As many of you know, languages such as Japanese, Chinese & Korean use more than one byte (8-bits) to represent single characters. Because there are so many of them, 8-bits simply does not provide a large enough code space to map them all.
Here is a short treatise on how to deal with these issues!
The Simple Rules of Moji-Ba-Ke
Garbage In = Garbage Out ... if the data you send to the browser becomes mangled (moji-bake) your user will see trash characters. If you specify the wrong character set in your META headers, your browser will render the page incorrectly, again causing moji-ba-ke, sometimes in random places on the page. This can also affect your AJAX by destroying the integrity of DOM elements.
When handling CJK character sets, you must be sure to use UTF8 character encoding throughout the life cyle of your program. This includes database storage & retrieval, string manipulation in your code and displaying in the browser.
So What is UTF8?
UTF8 handles binary streams of data, not strings. As you know characters are represented by combinations of 0s and 1s. ASCII characters have a maximum of 8 bits (a combination of 8 zeroes and/or ones). However UTF8 characters can be composed of 6bits, 8bits, 12bits, etc… As such, UTF8 is prone to what Japanese call “moji-ba-ke” …. roughly pronounced “moe gee bah keh”.
As a programmer, from database to codebase to browser, you should try and use UTF8 completely. For email you can use UTF8, but you will probably find most mail servers and clients are still old and use a mishmash of different character sets (e.g. ISO9022X for Japanese).
Database Settings
If you are a mysql user, then make sure you have to ensure all connections to the DB use UTF8, and that all tables/fields use UTF8. By default mysql uses Latin (Swedish) character sets. Those kooky swedes love their jokes!!
Checking your Codebase
In my experience editors like Notepad++, Notepad2, UltraEdit, e, TextMate, etc… all have UTF8 support problems. They mostly work, but since their developers don’t use CJK languages themselves, they are not perfected. Issues like turning off BOM (Byte Order Mark), mangled tabs, poor character set conversion, etc … all present problems.

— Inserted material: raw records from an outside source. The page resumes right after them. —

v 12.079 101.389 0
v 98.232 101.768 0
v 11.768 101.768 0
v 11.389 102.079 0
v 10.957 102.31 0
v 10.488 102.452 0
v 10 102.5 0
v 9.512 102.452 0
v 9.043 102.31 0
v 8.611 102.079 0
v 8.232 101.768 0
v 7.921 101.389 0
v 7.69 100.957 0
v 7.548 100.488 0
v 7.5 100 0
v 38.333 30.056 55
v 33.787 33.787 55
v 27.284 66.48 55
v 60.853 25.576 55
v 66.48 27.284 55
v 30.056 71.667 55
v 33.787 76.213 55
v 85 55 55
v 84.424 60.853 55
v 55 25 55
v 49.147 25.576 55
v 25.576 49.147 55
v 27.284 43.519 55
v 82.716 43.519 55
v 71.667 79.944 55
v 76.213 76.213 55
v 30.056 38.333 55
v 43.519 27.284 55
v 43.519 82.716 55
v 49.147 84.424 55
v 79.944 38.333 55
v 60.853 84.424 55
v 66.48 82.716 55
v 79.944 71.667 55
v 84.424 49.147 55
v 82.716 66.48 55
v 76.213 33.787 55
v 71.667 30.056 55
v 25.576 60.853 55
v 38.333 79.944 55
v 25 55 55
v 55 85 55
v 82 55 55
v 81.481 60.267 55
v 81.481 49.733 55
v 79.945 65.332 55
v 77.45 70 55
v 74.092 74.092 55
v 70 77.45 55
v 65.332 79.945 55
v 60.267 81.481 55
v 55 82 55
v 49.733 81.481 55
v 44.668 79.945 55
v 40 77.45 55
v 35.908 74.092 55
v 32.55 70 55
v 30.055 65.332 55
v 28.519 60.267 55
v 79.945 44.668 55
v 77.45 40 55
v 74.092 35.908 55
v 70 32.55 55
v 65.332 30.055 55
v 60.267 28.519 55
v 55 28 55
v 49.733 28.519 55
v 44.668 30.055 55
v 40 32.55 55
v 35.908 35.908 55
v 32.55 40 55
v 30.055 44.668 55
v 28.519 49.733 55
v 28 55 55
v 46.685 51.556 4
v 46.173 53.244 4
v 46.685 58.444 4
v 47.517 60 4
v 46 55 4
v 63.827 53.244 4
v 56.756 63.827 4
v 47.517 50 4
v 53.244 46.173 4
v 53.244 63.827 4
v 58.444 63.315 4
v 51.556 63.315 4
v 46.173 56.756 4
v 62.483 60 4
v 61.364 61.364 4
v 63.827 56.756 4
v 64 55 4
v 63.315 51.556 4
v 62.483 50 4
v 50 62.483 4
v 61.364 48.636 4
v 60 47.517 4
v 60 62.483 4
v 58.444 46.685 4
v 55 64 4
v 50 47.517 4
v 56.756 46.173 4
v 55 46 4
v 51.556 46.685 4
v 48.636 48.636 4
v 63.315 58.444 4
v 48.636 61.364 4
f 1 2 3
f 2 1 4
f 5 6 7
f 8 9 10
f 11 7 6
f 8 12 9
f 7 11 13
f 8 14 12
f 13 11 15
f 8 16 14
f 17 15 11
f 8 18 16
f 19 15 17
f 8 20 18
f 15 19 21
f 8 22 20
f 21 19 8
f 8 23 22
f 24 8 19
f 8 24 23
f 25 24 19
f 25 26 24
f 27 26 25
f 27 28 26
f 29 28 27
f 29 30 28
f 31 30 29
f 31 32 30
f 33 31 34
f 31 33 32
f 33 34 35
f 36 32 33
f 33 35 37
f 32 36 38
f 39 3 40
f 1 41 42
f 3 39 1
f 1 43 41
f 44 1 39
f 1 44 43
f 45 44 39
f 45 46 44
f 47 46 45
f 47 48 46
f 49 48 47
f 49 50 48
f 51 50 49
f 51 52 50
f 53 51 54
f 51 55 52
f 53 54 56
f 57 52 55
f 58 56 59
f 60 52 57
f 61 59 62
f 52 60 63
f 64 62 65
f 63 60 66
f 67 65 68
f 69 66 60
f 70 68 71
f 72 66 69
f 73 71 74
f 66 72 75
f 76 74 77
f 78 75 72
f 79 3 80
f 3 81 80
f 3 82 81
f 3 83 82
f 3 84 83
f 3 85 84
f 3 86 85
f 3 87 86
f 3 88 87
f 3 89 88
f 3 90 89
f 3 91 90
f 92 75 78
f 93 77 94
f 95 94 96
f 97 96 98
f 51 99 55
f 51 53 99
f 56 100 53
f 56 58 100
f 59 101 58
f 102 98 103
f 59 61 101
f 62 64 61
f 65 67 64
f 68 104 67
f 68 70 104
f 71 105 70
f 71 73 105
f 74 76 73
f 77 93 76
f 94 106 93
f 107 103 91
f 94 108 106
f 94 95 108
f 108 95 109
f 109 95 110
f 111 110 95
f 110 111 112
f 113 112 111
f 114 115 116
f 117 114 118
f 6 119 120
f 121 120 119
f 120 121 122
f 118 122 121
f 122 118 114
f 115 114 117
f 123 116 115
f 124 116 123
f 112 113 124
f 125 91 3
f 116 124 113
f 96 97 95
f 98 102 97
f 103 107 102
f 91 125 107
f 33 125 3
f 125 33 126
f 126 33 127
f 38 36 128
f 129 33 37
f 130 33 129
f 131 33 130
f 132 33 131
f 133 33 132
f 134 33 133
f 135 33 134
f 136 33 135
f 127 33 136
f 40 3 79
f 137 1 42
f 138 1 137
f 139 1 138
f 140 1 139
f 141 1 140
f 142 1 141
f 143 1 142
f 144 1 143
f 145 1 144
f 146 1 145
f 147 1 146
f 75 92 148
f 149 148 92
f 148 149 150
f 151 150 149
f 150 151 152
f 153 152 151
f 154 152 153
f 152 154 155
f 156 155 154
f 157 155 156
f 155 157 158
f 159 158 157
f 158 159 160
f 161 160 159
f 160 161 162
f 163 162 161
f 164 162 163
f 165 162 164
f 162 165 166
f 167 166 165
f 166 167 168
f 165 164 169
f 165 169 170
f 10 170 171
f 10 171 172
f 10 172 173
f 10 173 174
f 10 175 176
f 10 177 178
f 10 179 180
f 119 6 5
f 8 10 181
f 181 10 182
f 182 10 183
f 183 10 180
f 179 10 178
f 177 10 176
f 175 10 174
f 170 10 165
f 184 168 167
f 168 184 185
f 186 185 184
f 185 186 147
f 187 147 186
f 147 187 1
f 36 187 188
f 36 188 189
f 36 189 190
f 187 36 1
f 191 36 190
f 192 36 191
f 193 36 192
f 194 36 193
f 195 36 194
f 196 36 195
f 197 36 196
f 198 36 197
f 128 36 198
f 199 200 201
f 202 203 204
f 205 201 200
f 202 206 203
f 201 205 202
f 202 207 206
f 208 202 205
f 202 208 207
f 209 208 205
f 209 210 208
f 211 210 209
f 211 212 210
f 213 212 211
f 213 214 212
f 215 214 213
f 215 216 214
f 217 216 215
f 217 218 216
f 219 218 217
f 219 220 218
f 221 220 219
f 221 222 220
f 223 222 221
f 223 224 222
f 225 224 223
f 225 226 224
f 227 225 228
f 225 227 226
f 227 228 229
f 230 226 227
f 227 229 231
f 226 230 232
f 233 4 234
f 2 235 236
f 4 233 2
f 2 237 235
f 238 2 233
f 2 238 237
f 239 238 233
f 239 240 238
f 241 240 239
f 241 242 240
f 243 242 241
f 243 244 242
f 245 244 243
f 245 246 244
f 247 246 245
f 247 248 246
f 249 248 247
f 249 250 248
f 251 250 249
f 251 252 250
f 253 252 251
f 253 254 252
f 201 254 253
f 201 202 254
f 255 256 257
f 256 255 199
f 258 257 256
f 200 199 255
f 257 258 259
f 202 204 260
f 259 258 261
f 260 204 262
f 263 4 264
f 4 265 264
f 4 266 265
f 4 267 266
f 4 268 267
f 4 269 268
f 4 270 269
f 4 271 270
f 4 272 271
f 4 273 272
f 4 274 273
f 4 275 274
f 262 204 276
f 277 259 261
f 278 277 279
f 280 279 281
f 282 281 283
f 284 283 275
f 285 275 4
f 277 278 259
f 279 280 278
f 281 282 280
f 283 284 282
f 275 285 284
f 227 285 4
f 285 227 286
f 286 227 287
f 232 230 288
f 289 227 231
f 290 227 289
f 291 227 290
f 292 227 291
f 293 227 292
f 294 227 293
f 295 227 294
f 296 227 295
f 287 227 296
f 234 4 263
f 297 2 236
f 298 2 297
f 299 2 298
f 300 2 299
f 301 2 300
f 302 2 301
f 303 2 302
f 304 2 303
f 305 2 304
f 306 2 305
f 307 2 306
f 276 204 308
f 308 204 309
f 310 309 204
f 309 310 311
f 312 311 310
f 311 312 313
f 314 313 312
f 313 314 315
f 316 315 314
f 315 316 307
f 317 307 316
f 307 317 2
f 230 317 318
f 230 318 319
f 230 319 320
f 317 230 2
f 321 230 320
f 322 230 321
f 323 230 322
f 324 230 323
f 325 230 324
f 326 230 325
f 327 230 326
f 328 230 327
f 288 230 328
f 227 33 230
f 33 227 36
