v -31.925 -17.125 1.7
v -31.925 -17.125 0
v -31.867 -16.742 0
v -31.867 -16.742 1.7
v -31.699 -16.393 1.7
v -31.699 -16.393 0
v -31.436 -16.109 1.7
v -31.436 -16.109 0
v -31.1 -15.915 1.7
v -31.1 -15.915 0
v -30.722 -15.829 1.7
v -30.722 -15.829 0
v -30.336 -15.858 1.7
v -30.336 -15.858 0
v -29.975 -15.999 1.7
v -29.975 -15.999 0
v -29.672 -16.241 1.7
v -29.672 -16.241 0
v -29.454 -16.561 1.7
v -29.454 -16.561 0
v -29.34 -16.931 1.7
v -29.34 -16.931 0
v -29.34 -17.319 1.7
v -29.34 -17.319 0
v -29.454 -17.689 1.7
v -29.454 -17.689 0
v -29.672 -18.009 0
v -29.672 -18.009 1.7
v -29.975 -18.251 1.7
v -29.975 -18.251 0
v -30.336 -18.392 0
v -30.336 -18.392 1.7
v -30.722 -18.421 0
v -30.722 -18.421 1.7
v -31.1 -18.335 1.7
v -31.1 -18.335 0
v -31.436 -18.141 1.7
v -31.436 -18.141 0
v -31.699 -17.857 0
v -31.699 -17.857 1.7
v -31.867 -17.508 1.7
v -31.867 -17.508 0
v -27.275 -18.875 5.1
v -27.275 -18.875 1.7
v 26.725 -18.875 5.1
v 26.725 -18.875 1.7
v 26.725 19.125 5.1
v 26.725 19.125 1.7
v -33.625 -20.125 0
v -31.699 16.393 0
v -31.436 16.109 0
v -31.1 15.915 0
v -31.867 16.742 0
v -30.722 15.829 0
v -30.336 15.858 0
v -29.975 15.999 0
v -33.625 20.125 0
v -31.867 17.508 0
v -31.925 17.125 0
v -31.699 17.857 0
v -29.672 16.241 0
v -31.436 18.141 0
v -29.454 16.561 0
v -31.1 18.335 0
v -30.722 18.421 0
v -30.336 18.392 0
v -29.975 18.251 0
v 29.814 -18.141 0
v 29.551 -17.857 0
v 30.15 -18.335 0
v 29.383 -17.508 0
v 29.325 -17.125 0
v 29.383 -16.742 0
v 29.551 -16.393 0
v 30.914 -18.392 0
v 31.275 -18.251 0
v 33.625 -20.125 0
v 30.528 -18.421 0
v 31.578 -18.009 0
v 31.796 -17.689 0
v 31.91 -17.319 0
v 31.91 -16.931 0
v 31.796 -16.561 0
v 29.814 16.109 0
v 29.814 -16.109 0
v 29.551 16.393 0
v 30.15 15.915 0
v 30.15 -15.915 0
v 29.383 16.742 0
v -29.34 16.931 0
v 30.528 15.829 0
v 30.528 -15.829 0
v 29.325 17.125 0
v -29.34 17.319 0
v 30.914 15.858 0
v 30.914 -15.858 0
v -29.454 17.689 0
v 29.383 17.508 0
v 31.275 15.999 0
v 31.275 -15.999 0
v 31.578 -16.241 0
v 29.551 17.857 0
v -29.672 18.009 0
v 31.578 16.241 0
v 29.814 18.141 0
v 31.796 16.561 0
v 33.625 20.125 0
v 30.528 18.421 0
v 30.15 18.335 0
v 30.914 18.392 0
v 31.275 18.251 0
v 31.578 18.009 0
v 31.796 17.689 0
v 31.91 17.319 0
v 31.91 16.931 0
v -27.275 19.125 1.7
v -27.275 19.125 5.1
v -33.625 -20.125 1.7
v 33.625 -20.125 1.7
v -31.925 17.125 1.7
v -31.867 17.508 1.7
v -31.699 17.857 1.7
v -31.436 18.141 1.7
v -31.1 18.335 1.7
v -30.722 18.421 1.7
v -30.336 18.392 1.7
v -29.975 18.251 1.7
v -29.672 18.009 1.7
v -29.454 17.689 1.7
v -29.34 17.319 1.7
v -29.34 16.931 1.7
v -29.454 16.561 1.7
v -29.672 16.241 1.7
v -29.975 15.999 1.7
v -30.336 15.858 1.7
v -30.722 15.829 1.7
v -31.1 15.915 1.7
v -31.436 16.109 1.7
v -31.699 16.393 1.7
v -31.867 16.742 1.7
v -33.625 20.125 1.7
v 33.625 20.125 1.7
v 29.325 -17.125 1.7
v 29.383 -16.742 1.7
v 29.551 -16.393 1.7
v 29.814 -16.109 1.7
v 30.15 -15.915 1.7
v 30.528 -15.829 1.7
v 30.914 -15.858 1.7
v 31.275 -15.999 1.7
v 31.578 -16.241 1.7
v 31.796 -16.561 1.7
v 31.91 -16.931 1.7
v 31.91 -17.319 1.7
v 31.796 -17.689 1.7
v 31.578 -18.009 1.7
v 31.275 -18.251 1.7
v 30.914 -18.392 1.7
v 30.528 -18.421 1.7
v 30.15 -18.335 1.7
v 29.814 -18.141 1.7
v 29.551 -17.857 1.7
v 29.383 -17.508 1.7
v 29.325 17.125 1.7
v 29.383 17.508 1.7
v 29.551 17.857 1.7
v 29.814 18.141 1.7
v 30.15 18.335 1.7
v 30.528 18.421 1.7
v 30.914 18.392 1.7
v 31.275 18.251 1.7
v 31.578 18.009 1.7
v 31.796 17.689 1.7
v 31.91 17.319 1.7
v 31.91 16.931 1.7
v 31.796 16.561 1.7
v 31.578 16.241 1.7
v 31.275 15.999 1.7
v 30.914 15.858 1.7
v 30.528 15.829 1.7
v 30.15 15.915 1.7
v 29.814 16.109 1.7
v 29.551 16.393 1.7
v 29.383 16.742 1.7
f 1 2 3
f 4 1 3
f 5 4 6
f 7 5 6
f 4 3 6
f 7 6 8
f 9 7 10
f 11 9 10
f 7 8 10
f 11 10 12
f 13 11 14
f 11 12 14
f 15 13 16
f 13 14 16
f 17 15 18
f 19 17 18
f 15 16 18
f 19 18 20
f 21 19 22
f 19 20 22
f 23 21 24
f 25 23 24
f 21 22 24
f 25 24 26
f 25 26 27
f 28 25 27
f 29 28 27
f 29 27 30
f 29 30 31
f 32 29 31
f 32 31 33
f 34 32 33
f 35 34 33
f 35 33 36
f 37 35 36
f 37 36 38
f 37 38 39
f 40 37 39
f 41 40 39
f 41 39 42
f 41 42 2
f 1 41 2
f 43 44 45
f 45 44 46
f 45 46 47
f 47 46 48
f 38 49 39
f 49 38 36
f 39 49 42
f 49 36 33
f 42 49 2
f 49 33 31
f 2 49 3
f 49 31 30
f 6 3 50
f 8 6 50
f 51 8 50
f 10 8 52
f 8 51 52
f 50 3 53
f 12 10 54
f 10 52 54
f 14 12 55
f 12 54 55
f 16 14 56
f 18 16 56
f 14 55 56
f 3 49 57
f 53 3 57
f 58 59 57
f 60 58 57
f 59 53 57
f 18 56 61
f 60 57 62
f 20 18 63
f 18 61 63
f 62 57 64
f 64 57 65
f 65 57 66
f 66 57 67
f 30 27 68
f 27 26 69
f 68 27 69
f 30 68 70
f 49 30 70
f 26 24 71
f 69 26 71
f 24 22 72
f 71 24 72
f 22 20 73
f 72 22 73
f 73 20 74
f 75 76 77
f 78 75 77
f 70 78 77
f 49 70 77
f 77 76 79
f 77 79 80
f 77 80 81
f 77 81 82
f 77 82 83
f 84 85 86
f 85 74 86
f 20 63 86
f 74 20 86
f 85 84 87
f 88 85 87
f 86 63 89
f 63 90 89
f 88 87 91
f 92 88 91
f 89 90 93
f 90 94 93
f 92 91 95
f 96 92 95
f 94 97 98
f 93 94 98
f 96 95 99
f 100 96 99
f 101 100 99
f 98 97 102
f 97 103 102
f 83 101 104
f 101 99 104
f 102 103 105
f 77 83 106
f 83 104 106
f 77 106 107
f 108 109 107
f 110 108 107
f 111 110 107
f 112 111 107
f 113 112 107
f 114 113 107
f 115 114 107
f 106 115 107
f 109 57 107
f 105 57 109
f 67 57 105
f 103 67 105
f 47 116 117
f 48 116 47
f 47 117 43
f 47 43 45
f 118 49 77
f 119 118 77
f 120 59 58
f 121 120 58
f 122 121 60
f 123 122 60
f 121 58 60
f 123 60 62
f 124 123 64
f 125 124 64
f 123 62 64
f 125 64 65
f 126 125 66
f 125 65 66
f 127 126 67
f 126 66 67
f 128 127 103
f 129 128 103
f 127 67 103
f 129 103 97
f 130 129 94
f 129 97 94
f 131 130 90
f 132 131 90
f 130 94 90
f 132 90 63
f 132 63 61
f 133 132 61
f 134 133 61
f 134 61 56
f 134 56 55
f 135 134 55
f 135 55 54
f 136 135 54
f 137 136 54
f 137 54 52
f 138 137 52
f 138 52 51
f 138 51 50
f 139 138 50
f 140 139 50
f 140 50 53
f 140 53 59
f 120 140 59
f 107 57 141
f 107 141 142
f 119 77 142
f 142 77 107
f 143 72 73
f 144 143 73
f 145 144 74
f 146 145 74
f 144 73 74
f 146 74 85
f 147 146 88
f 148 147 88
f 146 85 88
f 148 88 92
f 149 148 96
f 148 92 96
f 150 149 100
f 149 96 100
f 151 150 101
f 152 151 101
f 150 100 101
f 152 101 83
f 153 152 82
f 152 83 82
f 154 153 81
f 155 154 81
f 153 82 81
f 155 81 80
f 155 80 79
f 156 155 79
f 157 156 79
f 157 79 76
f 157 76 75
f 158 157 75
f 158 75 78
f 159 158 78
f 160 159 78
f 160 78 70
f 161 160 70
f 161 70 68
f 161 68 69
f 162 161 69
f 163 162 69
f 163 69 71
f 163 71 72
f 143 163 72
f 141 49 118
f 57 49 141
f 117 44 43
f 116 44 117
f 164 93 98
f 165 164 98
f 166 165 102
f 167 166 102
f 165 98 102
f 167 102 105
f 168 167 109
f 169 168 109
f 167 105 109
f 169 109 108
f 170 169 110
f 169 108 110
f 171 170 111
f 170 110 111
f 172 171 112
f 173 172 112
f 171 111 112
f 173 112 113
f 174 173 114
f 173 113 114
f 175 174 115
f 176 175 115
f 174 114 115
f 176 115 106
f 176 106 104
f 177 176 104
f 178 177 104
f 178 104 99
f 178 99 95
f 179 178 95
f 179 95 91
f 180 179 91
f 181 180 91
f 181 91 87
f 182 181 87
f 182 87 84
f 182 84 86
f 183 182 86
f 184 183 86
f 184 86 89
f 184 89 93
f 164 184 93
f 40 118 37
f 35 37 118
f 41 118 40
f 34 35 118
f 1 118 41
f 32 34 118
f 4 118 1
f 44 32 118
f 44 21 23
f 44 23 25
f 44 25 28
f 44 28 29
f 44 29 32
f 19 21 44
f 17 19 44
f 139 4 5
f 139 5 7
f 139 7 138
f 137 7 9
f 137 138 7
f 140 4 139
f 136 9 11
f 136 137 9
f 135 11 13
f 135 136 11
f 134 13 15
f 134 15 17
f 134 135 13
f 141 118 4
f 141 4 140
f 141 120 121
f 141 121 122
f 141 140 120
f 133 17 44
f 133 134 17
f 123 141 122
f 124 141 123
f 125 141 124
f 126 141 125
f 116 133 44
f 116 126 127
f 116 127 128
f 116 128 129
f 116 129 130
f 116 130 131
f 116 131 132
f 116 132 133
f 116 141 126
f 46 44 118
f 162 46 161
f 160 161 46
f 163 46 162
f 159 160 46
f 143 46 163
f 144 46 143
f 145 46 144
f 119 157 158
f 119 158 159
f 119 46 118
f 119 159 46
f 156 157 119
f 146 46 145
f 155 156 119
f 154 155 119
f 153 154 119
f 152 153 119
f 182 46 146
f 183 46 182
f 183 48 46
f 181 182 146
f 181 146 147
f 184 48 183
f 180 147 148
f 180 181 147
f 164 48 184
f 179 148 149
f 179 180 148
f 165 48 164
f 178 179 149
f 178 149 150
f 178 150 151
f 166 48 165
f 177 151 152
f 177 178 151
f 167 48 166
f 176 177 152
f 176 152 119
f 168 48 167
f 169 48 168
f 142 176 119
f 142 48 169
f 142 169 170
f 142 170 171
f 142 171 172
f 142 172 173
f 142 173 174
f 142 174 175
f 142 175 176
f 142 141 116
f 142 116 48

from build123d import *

# Parameters (mm, degrees)
SKETCH_1_W        = 67.25
SKETCH_1_H        = 40.25
EXTRUDE_1_DEPTH   = 1.7
SKETCH_2_W        = 54
SKETCH_2_H        = 38
EXTRUDE_2_DEPTH   = 3.4
HOLE_WIZARD_M21_D = 2.6


with BuildPart() as part:
    # Эскиз1 → Бобышка-Вытянуть1 (new body)
    with BuildSketch(Plane.XY):
        Rectangle(SKETCH_1_W, SKETCH_1_H)
    extrude(amount=EXTRUDE_1_DEPTH)

    # Эскиз2 → Бобышка-Вытянуть2 (add)
    with BuildSketch(Plane.XY.offset(1.7)):
        with Locations((-0.275, 0.125)):
            Rectangle(SKETCH_2_W, SKETCH_2_H)
    extrude(amount=EXTRUDE_2_DEPTH)

    # Отверстие с зазором M21 (through all)
    with Locations(Plane.XY.offset(1.7)):
        with Locations((-30.625, 17.125), (-30.625, -17.125), (30.625, -17.125), (30.625, 17.125)):
            Hole(HOLE_WIZARD_M21_D / 2)


solid = part.part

I highly recommend using a proven UTF8 editor like Maruo. This is made by a Japanese company, but there is an English version (and a trial version) at http://hide.maruo.co.jp/software/bin/maruo614_signed.exe
Lastly, you may need to convert your source files into UTF8. Especially if the codebase itself has CJK language strings contained therein.
Manipulating Strings
Any string function need to multibyte safe. Notice I didn’t say double-byte. UTF8 is not a double byte but multibyte, depending on the total number of bits used to represent a character. In PHP you need to call the MB string functions specifically. Ruby and other languages have more transparent support, but you need to check the docs for your flavour of application server!
META Tags
Check out google.co.jp or yahoo.co.jp for their META headers. These are sites that know how to to it properly. Basically include the following META tag the doucment <HEAD>
<meta http-equiv=”content-type” content=”text/html; charset=utf-8″>
It is usually safe to mix English HTML document type attributes with the above character too. So adding the META tag above seems to work in a HTML document that has:
<html xmlns=”http://www.w3.org/1999/xhtml” xml:lang=”en” lang=”en”>
Email
This is a wholly different can of worms. UTF8 works a lot, but many older Japanese clients use ISO2022X more. This is not worth covering here (well, not for me!)
Debugging UTF8 Issues
Once you have a reliable UTF8 editor like Maruo, you can create static pages and resolve your issues.